── RECORDS FOR THE EXERCISE

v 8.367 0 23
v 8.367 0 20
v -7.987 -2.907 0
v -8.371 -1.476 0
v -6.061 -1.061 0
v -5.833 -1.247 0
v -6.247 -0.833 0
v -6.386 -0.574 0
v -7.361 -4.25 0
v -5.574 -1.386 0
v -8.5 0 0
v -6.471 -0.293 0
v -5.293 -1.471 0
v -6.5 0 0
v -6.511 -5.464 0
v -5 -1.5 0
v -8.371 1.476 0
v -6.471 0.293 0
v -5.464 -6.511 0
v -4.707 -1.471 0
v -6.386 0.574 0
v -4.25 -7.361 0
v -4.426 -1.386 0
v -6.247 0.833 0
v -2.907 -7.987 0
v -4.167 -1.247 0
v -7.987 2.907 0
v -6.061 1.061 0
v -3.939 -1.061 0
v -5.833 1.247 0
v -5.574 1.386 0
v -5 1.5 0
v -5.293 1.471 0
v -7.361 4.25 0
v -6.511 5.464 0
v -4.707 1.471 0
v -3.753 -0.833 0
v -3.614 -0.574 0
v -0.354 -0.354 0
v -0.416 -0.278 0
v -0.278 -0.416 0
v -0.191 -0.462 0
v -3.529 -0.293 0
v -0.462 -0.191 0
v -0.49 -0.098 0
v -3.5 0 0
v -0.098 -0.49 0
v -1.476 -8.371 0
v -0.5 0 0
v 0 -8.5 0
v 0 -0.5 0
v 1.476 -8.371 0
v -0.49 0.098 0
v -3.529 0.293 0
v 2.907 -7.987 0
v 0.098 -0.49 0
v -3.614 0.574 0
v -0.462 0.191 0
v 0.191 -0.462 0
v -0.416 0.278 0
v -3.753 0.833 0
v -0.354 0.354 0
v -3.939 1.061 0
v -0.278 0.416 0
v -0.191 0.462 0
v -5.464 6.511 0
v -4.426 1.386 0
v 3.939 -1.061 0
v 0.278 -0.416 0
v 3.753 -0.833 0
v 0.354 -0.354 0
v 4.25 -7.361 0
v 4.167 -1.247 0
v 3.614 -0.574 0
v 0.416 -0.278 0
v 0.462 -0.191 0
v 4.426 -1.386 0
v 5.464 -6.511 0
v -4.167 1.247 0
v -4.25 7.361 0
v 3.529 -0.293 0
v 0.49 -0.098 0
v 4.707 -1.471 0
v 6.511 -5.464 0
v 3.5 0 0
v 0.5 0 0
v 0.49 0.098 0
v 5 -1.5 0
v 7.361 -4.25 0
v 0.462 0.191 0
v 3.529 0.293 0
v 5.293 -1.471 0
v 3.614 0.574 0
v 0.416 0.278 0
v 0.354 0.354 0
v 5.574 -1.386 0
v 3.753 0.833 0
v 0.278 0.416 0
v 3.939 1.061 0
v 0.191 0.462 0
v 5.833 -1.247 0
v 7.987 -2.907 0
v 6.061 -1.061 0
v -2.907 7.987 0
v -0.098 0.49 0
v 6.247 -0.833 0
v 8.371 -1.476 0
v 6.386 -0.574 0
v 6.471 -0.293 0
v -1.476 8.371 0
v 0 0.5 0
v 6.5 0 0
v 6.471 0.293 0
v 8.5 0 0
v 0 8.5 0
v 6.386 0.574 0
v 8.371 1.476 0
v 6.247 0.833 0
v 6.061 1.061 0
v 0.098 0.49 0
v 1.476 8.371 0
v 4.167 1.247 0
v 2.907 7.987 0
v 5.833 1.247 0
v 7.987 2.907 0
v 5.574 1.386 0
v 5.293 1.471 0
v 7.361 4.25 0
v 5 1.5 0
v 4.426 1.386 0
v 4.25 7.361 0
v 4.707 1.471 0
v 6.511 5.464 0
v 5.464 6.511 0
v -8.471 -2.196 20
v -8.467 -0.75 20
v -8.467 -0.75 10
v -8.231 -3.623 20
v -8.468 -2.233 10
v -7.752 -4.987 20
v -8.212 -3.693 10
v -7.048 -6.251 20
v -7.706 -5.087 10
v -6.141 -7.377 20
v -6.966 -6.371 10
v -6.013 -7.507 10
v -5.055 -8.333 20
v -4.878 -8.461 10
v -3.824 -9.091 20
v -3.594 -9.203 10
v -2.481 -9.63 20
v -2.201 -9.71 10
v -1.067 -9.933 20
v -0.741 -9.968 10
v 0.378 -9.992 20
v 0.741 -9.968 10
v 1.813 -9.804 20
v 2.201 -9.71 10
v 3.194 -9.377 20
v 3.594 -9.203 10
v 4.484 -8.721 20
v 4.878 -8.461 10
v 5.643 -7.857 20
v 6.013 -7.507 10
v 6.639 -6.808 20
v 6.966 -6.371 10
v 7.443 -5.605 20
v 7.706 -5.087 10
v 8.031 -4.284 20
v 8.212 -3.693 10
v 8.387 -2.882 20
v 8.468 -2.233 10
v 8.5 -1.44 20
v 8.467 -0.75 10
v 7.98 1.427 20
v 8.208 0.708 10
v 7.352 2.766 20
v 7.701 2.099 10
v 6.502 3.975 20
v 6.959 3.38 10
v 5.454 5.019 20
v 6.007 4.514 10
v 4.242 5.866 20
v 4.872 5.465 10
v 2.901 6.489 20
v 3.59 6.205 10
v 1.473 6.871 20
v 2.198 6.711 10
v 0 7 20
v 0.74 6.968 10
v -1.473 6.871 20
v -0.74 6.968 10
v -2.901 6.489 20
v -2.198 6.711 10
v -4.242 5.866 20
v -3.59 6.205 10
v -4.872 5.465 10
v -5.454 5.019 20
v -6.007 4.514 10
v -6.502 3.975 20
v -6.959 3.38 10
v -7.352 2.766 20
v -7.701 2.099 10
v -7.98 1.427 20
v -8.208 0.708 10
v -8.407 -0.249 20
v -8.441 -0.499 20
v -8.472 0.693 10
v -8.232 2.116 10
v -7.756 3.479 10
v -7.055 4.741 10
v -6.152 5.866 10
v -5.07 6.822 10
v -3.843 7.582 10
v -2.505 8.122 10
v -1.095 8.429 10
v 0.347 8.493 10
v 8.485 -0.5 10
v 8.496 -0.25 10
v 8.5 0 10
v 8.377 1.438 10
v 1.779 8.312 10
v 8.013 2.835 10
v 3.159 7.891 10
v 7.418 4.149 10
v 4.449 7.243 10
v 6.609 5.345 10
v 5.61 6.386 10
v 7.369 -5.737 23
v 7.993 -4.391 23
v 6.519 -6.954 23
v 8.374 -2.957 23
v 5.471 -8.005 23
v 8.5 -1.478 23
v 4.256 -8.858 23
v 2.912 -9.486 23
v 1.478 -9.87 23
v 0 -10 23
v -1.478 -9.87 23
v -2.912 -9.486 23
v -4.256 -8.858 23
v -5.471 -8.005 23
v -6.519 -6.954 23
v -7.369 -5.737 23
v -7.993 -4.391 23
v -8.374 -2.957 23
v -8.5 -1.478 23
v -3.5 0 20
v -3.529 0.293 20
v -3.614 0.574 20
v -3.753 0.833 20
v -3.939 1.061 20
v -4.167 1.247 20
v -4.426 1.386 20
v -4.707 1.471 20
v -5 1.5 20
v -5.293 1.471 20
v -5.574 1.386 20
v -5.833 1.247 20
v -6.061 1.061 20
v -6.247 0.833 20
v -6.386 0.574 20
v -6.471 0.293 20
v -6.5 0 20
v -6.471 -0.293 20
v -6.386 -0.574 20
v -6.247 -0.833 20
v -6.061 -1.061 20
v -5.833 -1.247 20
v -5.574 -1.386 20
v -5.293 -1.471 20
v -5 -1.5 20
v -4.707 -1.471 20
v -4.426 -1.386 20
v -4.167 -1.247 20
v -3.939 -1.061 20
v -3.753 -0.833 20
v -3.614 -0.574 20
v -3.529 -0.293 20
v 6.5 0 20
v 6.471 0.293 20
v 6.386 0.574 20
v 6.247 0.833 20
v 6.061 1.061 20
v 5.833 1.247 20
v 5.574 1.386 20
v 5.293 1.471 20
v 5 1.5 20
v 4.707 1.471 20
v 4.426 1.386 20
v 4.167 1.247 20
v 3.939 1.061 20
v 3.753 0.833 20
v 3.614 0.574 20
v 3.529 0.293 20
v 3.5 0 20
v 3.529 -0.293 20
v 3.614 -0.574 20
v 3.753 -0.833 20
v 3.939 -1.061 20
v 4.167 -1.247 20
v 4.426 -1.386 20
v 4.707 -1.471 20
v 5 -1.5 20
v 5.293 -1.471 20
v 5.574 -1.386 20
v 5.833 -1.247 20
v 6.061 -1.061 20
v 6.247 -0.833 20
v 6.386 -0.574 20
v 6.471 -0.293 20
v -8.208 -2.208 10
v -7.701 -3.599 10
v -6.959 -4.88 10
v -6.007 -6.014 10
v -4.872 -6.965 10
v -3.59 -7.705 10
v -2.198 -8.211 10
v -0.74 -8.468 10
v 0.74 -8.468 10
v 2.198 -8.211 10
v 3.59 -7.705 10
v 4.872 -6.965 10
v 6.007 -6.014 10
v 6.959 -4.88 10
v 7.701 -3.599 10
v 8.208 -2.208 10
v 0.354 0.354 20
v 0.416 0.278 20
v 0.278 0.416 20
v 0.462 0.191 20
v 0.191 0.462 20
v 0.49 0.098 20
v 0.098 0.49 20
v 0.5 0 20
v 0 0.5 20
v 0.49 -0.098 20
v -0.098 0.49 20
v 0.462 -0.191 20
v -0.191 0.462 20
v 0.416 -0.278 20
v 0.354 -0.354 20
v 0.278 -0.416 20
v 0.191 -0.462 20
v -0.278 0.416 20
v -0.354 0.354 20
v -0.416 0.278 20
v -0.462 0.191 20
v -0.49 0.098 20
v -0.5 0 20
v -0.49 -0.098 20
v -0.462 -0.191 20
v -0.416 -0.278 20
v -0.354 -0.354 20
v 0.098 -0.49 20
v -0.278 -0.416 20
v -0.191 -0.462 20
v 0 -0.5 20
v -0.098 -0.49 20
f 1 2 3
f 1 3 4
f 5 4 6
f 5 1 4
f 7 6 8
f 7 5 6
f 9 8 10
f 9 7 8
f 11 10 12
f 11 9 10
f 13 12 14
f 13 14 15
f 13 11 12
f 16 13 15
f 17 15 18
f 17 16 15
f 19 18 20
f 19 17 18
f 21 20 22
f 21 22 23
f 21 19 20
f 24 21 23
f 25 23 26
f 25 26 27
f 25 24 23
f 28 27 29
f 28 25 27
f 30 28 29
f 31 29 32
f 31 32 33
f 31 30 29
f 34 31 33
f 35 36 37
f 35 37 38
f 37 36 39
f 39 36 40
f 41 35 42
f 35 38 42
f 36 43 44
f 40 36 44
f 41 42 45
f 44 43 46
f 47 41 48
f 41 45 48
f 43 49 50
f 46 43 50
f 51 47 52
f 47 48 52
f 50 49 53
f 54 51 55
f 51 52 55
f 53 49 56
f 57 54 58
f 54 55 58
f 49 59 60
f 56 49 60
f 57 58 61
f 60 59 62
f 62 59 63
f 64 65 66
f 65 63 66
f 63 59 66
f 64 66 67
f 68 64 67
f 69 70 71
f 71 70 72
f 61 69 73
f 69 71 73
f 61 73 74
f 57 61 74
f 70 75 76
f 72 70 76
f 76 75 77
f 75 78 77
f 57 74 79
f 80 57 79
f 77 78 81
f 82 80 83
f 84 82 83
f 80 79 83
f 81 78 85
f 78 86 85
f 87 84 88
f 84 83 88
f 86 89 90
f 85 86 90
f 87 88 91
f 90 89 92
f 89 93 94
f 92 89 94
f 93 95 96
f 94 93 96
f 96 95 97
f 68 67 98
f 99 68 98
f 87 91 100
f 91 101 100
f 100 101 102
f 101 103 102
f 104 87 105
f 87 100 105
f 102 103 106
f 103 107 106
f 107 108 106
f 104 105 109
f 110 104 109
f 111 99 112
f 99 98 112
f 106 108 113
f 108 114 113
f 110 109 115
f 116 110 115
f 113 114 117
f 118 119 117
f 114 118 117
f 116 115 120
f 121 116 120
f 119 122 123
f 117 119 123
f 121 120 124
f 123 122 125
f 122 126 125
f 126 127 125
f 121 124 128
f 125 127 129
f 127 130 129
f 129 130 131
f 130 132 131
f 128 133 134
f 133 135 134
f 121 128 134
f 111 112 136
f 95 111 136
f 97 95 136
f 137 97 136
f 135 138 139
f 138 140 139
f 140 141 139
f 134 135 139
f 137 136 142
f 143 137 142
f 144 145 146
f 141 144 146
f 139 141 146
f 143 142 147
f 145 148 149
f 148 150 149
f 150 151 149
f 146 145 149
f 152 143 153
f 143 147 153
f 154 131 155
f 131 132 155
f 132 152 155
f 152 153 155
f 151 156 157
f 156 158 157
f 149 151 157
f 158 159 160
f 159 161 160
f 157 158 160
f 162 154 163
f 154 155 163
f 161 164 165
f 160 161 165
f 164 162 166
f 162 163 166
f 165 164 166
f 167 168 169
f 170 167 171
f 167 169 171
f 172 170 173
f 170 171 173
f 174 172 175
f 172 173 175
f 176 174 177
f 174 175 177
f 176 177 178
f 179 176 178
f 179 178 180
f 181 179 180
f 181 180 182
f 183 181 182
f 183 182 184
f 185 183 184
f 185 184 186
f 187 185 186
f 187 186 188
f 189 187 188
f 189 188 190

────

• WHAT YOU HAVE TO DO: Of the entries listed above, reproduce only the lines starting at the line containing "v 6.247 -0.833 0" and ending at the line containing "v 2.907 7.987 0". Include both, exactly as they stand.

• ANSWER TO THIS TASK:
v 6.247 -0.833 0
v 8.371 -1.476 0
v 6.386 -0.574 0
v 6.471 -0.293 0
v -1.476 8.371 0
v 0 0.5 0
v 6.5 0 0
v 6.471 0.293 0
v 8.5 0 0
v 0 8.5 0
v 6.386 0.574 0
v 8.371 1.476 0
v 6.247 0.833 0
v 6.061 1.061 0
v 0.098 0.49 0
v 1.476 8.371 0
v 4.167 1.247 0
v 2.907 7.987 0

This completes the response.